--- Given information Enclosed Below ---

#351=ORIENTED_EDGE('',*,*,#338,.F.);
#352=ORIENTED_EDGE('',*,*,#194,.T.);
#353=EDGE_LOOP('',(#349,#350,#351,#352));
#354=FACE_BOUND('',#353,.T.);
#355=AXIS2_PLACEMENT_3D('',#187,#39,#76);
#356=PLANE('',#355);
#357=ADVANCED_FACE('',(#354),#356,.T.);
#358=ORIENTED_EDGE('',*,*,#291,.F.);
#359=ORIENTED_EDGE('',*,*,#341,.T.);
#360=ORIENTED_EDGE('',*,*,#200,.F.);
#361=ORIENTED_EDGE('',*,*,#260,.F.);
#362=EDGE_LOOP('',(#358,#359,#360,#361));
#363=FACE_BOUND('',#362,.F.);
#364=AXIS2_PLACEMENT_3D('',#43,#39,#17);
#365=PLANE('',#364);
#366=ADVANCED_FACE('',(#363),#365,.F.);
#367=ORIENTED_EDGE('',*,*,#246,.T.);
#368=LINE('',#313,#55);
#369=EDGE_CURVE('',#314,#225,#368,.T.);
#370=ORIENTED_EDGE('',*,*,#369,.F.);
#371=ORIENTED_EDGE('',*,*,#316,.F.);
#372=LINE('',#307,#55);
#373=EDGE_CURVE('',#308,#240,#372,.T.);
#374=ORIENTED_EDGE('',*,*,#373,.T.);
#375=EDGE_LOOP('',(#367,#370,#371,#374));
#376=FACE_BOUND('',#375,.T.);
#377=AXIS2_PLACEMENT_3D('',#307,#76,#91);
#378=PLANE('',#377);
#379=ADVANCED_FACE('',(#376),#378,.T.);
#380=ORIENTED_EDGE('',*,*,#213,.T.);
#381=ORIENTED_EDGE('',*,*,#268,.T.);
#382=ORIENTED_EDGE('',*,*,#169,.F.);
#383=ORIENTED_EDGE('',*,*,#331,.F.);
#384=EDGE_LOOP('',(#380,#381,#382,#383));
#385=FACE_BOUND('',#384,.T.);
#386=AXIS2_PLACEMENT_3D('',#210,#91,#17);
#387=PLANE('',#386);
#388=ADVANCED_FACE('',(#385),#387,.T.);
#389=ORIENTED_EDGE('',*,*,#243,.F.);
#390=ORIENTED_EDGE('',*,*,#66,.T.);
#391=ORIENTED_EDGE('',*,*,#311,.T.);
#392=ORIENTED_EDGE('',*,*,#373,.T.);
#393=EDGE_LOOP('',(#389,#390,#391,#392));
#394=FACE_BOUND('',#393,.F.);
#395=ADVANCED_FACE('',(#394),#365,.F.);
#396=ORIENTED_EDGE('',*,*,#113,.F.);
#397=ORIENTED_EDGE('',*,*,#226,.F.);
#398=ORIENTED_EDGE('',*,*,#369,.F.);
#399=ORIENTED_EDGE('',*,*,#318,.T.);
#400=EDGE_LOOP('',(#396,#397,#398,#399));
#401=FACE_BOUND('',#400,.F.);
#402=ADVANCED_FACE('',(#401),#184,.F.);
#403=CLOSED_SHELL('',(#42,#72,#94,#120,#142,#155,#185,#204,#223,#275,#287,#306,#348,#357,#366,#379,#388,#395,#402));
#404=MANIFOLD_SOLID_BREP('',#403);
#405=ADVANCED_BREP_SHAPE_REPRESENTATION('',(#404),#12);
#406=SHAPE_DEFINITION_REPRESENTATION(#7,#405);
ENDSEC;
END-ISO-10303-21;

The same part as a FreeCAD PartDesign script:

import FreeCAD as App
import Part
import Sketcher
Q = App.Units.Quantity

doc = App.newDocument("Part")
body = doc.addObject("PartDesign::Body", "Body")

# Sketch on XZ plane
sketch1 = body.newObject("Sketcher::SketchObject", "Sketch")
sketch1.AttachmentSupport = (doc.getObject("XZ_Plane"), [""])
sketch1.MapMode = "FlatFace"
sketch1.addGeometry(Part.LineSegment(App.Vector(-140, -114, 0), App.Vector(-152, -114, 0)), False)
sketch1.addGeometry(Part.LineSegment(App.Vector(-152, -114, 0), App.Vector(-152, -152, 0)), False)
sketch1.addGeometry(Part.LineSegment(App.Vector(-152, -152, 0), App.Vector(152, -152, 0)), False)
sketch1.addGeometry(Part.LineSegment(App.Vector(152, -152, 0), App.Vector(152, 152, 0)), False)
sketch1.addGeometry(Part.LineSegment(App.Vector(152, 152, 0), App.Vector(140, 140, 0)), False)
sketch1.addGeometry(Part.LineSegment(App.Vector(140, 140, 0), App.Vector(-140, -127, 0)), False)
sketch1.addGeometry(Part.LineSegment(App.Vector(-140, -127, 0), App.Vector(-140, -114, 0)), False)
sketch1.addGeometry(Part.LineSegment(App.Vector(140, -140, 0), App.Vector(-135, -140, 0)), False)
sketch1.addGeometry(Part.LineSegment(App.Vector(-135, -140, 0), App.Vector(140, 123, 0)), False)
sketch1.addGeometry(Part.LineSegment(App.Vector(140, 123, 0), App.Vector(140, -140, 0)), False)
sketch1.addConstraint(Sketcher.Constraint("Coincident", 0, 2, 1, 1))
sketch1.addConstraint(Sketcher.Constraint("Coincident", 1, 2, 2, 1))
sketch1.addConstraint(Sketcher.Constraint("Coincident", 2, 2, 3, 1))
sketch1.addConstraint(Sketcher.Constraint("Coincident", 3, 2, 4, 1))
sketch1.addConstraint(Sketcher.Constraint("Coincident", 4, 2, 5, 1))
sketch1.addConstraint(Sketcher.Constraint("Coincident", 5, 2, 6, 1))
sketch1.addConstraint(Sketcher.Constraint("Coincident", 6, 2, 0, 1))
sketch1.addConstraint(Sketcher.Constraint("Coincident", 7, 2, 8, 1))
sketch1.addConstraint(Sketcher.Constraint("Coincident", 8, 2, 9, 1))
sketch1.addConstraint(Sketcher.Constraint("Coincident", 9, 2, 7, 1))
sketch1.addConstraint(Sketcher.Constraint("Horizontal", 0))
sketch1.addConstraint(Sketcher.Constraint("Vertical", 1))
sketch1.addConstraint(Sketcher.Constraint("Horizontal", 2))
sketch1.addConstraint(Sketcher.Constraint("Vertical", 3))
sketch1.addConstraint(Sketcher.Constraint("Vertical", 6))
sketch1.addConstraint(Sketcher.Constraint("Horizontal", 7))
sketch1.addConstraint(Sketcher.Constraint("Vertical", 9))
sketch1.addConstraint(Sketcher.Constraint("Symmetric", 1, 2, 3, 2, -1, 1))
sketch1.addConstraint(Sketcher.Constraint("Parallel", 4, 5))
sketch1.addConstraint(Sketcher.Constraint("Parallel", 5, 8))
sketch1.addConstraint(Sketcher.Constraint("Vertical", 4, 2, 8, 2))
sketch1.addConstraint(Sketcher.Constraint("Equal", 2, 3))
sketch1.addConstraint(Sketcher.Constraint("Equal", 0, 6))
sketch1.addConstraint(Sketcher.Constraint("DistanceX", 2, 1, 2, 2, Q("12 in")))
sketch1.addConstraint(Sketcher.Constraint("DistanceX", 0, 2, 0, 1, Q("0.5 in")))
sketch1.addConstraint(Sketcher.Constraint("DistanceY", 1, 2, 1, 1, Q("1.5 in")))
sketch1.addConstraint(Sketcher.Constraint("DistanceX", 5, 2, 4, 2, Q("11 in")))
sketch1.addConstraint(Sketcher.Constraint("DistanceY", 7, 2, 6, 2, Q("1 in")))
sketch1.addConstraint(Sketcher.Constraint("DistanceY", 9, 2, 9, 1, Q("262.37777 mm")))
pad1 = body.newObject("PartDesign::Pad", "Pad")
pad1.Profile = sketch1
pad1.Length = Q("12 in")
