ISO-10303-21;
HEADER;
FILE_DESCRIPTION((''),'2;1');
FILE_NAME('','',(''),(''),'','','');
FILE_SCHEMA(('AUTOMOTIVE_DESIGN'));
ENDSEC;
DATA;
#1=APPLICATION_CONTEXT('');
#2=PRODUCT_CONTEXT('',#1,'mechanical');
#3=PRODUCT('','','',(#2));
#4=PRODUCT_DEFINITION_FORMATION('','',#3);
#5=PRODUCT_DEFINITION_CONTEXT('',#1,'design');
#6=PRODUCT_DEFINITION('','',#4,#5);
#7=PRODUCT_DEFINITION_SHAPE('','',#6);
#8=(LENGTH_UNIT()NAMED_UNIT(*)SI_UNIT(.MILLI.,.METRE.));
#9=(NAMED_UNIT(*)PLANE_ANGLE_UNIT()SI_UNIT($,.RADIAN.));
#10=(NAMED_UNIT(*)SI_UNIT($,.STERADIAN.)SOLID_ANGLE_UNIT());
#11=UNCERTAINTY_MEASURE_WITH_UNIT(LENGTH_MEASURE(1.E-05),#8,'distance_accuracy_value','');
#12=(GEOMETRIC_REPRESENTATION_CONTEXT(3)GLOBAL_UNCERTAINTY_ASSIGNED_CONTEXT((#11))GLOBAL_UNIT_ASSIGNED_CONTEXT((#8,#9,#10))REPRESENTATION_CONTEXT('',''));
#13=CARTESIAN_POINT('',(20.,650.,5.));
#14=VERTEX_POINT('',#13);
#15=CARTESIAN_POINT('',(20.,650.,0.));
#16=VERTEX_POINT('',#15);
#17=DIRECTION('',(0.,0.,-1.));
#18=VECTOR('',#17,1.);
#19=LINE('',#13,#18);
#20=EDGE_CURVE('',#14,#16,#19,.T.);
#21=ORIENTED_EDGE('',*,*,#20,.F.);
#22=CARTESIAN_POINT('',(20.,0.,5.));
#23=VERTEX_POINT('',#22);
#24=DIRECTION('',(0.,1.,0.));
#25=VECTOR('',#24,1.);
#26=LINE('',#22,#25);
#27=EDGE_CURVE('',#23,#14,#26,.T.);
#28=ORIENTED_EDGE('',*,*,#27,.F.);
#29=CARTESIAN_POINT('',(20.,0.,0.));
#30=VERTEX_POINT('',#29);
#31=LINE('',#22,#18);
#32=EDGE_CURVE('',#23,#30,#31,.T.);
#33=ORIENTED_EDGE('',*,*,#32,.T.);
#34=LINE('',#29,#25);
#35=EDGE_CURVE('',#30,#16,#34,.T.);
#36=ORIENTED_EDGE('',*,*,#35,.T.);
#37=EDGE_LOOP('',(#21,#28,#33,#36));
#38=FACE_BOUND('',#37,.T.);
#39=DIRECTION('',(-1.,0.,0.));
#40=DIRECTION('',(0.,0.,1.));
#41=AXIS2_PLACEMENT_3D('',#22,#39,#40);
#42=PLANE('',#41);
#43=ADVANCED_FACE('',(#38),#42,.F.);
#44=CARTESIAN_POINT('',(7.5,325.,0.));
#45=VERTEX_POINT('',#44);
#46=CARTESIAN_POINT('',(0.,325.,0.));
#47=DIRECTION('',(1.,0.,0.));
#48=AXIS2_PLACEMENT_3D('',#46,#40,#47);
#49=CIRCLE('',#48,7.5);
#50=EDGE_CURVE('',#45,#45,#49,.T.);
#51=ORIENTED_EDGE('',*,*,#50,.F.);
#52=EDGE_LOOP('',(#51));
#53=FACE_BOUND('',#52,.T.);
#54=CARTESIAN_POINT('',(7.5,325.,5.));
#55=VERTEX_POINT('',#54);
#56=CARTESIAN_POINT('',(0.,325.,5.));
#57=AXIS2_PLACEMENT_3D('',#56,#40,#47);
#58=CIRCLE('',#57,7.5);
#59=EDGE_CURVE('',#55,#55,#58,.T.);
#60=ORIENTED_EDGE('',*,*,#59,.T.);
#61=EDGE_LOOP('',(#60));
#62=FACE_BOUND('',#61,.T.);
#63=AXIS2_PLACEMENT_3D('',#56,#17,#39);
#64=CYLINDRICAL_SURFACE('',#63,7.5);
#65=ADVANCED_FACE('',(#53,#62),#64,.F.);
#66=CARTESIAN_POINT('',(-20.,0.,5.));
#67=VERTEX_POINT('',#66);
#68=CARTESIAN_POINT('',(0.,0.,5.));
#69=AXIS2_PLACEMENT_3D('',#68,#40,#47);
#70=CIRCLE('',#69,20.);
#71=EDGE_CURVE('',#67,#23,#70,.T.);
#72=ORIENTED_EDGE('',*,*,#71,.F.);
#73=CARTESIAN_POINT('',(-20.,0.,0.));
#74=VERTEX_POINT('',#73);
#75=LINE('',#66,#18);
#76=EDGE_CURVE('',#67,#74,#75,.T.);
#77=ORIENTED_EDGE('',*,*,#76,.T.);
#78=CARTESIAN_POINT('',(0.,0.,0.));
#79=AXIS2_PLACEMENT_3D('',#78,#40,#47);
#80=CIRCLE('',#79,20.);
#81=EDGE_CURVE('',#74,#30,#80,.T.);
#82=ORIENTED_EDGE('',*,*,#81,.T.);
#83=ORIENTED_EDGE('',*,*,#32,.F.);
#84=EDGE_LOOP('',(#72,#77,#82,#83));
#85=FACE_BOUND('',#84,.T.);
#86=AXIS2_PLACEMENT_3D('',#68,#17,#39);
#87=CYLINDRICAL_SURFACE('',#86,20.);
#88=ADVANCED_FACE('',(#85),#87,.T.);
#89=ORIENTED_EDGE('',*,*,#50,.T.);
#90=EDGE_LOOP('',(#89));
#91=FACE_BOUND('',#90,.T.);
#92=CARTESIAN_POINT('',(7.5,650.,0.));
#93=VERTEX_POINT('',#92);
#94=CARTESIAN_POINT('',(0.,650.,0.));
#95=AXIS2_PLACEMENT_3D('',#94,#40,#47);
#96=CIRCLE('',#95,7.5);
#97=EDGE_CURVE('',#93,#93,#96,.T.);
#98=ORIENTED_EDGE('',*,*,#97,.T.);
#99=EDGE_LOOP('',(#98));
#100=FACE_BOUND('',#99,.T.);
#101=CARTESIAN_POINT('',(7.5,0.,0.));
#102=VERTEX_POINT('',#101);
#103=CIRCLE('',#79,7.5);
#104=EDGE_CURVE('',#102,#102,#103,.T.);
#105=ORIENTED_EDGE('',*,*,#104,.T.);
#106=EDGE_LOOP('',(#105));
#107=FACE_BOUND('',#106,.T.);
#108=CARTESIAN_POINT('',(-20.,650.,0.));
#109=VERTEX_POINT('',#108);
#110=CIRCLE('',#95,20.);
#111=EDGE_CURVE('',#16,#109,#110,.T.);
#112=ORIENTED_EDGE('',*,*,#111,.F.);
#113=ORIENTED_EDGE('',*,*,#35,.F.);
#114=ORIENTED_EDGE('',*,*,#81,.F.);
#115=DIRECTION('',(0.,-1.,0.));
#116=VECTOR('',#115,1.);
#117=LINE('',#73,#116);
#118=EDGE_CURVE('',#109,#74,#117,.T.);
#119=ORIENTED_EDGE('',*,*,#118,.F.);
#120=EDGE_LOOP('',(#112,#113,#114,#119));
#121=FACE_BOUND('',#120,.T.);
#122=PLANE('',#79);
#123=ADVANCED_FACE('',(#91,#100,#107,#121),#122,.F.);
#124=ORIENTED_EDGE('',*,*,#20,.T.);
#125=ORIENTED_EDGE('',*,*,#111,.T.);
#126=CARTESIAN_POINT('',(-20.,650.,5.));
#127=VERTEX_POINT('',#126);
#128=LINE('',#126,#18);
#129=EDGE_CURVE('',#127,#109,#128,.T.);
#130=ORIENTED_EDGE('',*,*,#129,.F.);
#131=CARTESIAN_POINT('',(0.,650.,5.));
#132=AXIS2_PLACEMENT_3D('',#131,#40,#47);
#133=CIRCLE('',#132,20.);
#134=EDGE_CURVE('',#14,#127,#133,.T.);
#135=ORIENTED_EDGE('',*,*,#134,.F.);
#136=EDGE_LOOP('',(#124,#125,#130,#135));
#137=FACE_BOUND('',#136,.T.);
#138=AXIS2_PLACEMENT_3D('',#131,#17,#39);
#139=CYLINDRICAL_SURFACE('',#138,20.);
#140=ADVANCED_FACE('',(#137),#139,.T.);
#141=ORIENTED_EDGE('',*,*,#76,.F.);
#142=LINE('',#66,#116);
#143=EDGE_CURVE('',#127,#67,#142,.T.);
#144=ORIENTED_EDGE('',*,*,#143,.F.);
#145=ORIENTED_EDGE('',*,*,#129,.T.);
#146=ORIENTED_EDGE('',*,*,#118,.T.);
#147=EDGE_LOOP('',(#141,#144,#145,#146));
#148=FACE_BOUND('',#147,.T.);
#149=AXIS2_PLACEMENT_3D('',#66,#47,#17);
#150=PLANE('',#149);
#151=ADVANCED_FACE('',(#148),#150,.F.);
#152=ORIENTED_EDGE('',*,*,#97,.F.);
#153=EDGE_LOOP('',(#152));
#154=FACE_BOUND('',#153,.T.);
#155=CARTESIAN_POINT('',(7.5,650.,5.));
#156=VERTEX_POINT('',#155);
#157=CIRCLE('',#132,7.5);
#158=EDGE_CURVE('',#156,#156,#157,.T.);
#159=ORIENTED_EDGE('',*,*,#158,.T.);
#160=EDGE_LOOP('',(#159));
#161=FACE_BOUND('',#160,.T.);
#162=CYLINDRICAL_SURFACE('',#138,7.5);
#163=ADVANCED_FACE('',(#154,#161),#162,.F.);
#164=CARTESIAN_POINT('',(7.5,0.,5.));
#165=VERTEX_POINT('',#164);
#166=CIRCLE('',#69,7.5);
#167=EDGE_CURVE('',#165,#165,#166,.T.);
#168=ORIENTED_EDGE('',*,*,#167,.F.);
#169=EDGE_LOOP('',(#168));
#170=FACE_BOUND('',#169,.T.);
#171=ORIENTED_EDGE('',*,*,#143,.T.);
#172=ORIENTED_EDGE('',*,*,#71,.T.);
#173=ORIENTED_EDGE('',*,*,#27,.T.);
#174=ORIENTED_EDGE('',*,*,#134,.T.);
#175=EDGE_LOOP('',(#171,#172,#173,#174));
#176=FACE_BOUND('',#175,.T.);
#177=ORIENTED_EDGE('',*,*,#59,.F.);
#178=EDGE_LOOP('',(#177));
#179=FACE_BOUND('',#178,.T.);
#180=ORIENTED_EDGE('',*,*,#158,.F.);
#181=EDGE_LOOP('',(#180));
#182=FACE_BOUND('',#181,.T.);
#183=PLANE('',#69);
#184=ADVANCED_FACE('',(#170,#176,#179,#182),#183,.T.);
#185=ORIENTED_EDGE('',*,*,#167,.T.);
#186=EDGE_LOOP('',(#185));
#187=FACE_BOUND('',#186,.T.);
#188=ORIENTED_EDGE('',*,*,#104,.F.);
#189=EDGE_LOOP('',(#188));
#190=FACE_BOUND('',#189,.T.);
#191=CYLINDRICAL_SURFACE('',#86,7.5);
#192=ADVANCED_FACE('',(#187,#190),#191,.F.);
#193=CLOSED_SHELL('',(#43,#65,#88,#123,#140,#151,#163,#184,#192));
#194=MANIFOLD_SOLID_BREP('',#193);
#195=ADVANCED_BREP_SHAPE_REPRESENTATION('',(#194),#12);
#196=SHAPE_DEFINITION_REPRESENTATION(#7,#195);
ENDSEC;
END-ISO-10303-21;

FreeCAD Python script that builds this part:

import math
import FreeCAD as App
import Part
import Sketcher

doc = App.newDocument("Part")
body = doc.addObject("PartDesign::Body", "Body")

# Sketch on XY plane
sketch1 = doc.addObject("Sketcher::SketchObject", "Sketch")
body.addObject(sketch1)
sketch1.AttachmentSupport = (doc.XY_Plane, [""])
sketch1.MapMode = "FlatFace"
sketch1.addGeometry([
    Part.LineSegment(App.Vector(-20, 650, 0), App.Vector(-20, 0, 0)),  # 0
    Part.ArcOfCircle(Part.Circle(App.Vector(0, 0, 0), App.Vector(0, 0, 1), 20), math.radians(180), math.radians(360)),  # 1
    Part.LineSegment(App.Vector(20, 0, 0), App.Vector(20, 650, 0)),  # 2
    Part.ArcOfCircle(Part.Circle(App.Vector(0, 650, 0), App.Vector(0, 0, 1), 20), math.radians(0), math.radians(180)),  # 3
    Part.Circle(App.Vector(0, 0, 0), App.Vector(0, 0, 1), 8),  # 4
    Part.Circle(App.Vector(0, 325, 0), App.Vector(0, 0, 1), 8),  # 5
    Part.Circle(App.Vector(0, 650, 0), App.Vector(0, 0, 1), 8),  # 6
], False)
sketch1.addConstraint([
    Sketcher.Constraint("Tangent", 0, 2, 1, 1),
    Sketcher.Constraint("Tangent", 1, 2, 2, 1),
    Sketcher.Constraint("Tangent", 2, 2, 3, 1),
    Sketcher.Constraint("Tangent", 3, 2, 0, 1),
    Sketcher.Constraint("Vertical", 0),
    Sketcher.Constraint("Vertical", 2),
    Sketcher.Constraint("Coincident", 1, 3, -1, 1),
    Sketcher.Constraint("Coincident", 4, 3, -1, 1),
    Sketcher.Constraint("Coincident", 6, 3, 3, 3),
    Sketcher.Constraint("Equal", 4, 5),
    Sketcher.Constraint("Equal", 5, 6),
    Sketcher.Constraint("PointOnObject", 5, 3, -2),
    Sketcher.Constraint("Diameter", 4, 15.0),
    Sketcher.Constraint("Radius", 1, 20.0),
    Sketcher.Constraint("DistanceY", 0, 2, 0, 1, 650.0),
    Sketcher.Constraint("DistanceY", -1, 1, 5, 3, 325.0),
])
pad1 = doc.addObject("PartDesign::Pad", "Pad")
body.addObject(pad1)
pad1.Profile = sketch1
pad1.Length = 5

doc.recompute()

--- End of Enclosed Given information ---

- _Problem requirements_: Scan the data above and copy each line containing the word "DistanceX".

- _Answer box_:
sketch1.addConstraint(Sketcher.Constraint("DistanceX", 2, 1, 2, 2, Q("12 in")))
sketch1.addConstraint(Sketcher.Constraint("DistanceX", 0, 2, 0, 1, Q("0.5 in")))
sketch1.addConstraint(Sketcher.Constraint("DistanceX", 5, 2, 4, 2, Q("11 in")))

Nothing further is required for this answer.